El consumo de licor nunca ha sido ajena al claustro universitario. Entre nosotros, los sedientos selváticos que, a mucha honra y garganta sedienta ocupamos uno de los primeros lugares en consumo de la espumeante cerveza, la chupandanga tiene su historia. Tiene, por ejemplo, catedráticos que suelen amanecer en bares en vez de asistir a dictar clases. Cuenta, por lo demás, con estudiantes ávidos que combinan las lecciones con borracheras que no desprecian el insólito y ardiente alcohol de farmacia. Licor y claustro van unidos y nunca falta un brindis educado para celebrar algún acontecimiento académico, prólogo de una segura borrachera posterior. En los claustros amazónicos nunca hubo una protesta en aras de beber cerveza u otro licor en las mismas aulas. Esa calma no se debió a la falta de rebeldía o de ganas de chupar en plena clase, sino a una medida disuasiva. 

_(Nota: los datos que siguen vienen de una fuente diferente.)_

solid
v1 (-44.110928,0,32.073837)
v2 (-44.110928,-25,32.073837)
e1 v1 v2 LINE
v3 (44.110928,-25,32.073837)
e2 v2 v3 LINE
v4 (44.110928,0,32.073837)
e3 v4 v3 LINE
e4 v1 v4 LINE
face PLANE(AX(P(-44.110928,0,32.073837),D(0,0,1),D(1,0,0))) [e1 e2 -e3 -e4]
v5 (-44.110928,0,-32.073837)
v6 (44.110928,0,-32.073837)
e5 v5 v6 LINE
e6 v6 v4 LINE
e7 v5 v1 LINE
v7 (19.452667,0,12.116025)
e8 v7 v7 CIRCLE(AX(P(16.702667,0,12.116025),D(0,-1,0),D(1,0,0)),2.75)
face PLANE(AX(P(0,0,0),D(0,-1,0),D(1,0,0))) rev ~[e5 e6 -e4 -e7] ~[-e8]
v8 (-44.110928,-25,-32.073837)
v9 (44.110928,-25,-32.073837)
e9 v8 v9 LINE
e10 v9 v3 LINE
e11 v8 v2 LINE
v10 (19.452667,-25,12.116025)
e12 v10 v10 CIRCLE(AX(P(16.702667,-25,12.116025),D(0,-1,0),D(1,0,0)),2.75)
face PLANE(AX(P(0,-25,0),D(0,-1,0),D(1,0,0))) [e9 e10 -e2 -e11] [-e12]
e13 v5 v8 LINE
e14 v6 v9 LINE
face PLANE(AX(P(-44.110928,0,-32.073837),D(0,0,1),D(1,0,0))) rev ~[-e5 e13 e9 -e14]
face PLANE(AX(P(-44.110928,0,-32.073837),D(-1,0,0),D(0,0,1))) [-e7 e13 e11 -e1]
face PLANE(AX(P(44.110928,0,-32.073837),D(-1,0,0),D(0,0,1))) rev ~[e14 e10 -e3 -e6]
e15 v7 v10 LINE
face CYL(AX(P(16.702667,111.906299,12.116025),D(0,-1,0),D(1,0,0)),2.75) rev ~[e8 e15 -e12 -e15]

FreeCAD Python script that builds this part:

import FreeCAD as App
import Part
import Sketcher

doc = App.newDocument("Part")
body = doc.addObject("PartDesign::Body", "Body")

# Sketch on XZ plane
sketch1 = body.newObject("Sketcher::SketchObject", "Sketch")
sketch1.AttachmentSupport = (doc.getObject("XZ_Plane"), [""])
sketch1.MapMode = "FlatFace"
sketch1.addGeometry(Part.LineSegment(App.Vector(-44, 32, 0), App.Vector(-44, -32, 0)), False)
sketch1.addGeometry(Part.LineSegment(App.Vector(-44, -32, 0), App.Vector(44, -32, 0)), False)
sketch1.addGeometry(Part.LineSegment(App.Vector(44, -32, 0), App.Vector(44, 32, 0)), False)
sketch1.addGeometry(Part.LineSegment(App.Vector(44, 32, 0), App.Vector(-44, 32, 0)), False)
sketch1.addConstraint(Sketcher.Constraint("Coincident", 0, 2, 1, 1))
sketch1.addConstraint(Sketcher.Constraint("Coincident", 1, 2, 2, 1))
sketch1.addConstraint(Sketcher.Constraint("Coincident", 2, 2, 3, 1))
sketch1.addConstraint(Sketcher.Constraint("Coincident", 3, 2, 0, 1))
sketch1.addConstraint(Sketcher.Constraint("Vertical", 0))
sketch1.addConstraint(Sketcher.Constraint("Horizontal", 1))
sketch1.addConstraint(Sketcher.Constraint("Vertical", 2))
sketch1.addConstraint(Sketcher.Constraint("Horizontal", 3))
sketch1.addConstraint(Sketcher.Constraint("Symmetric", 0, 2, 2, 2, -1, 1))
sketch1.addConstraint(Sketcher.Constraint("DistanceX", 1, 1, 1, 2, 88.221855))
sketch1.addConstraint(Sketcher.Constraint("DistanceY", 0, 2, 0, 1, 64.147674))
pad1 = body.newObject("PartDesign::Pad", "Pad")
pad1.Profile = sketch1
pad1.Length = 25

# Sketch on XZ plane
sketch2 = body.newObject("Sketcher::SketchObject", "Sketch001")
sketch2.AttachmentSupport = (doc.getObject("XZ_Plane"), [""])
sketch2.MapMode = "FlatFace"
sketch2.addGeometry(Part.Circle(App.Vector(16.7, 12.1, 0), App.Vector(0, 0, 1), 2.8), False)
sketch2.addConstraint(Sketcher.Constraint("Diameter", 0, 5.5))
sketch2.addConstraint(Sketcher.Constraint("DistanceX", -1, 1, 0, 3, 16.702667))
sketch2.addConstraint(Sketcher.Constraint("DistanceY", -1, 1, 0, 3, 12.116025))
doc.recompute()
hole = body.newObject("PartDesign::Hole", "Hole")
hole.Profile = sketch2
hole.ThreadType = "None"
hole.Diameter = 5.5
hole.DepthType = "ThroughAll"
hole.Reversed = True

doc.recompute()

Esa medida funciona mejor y más visiblemente en nuestra más antigua universidad. Para que no haya alboroto y para que nadie se soliviante ciertos ciudadanos visionarios y emprendedores rodearon de bares el territorio unapense. El claustro referido cuenta con más tabernas a su alrededor y los universitarios, catedráticos y alumnos, pueden ir de las aulas a los bares sin mayor esfuerzo y disfrutar a sus anchas de la seducción de las botellas.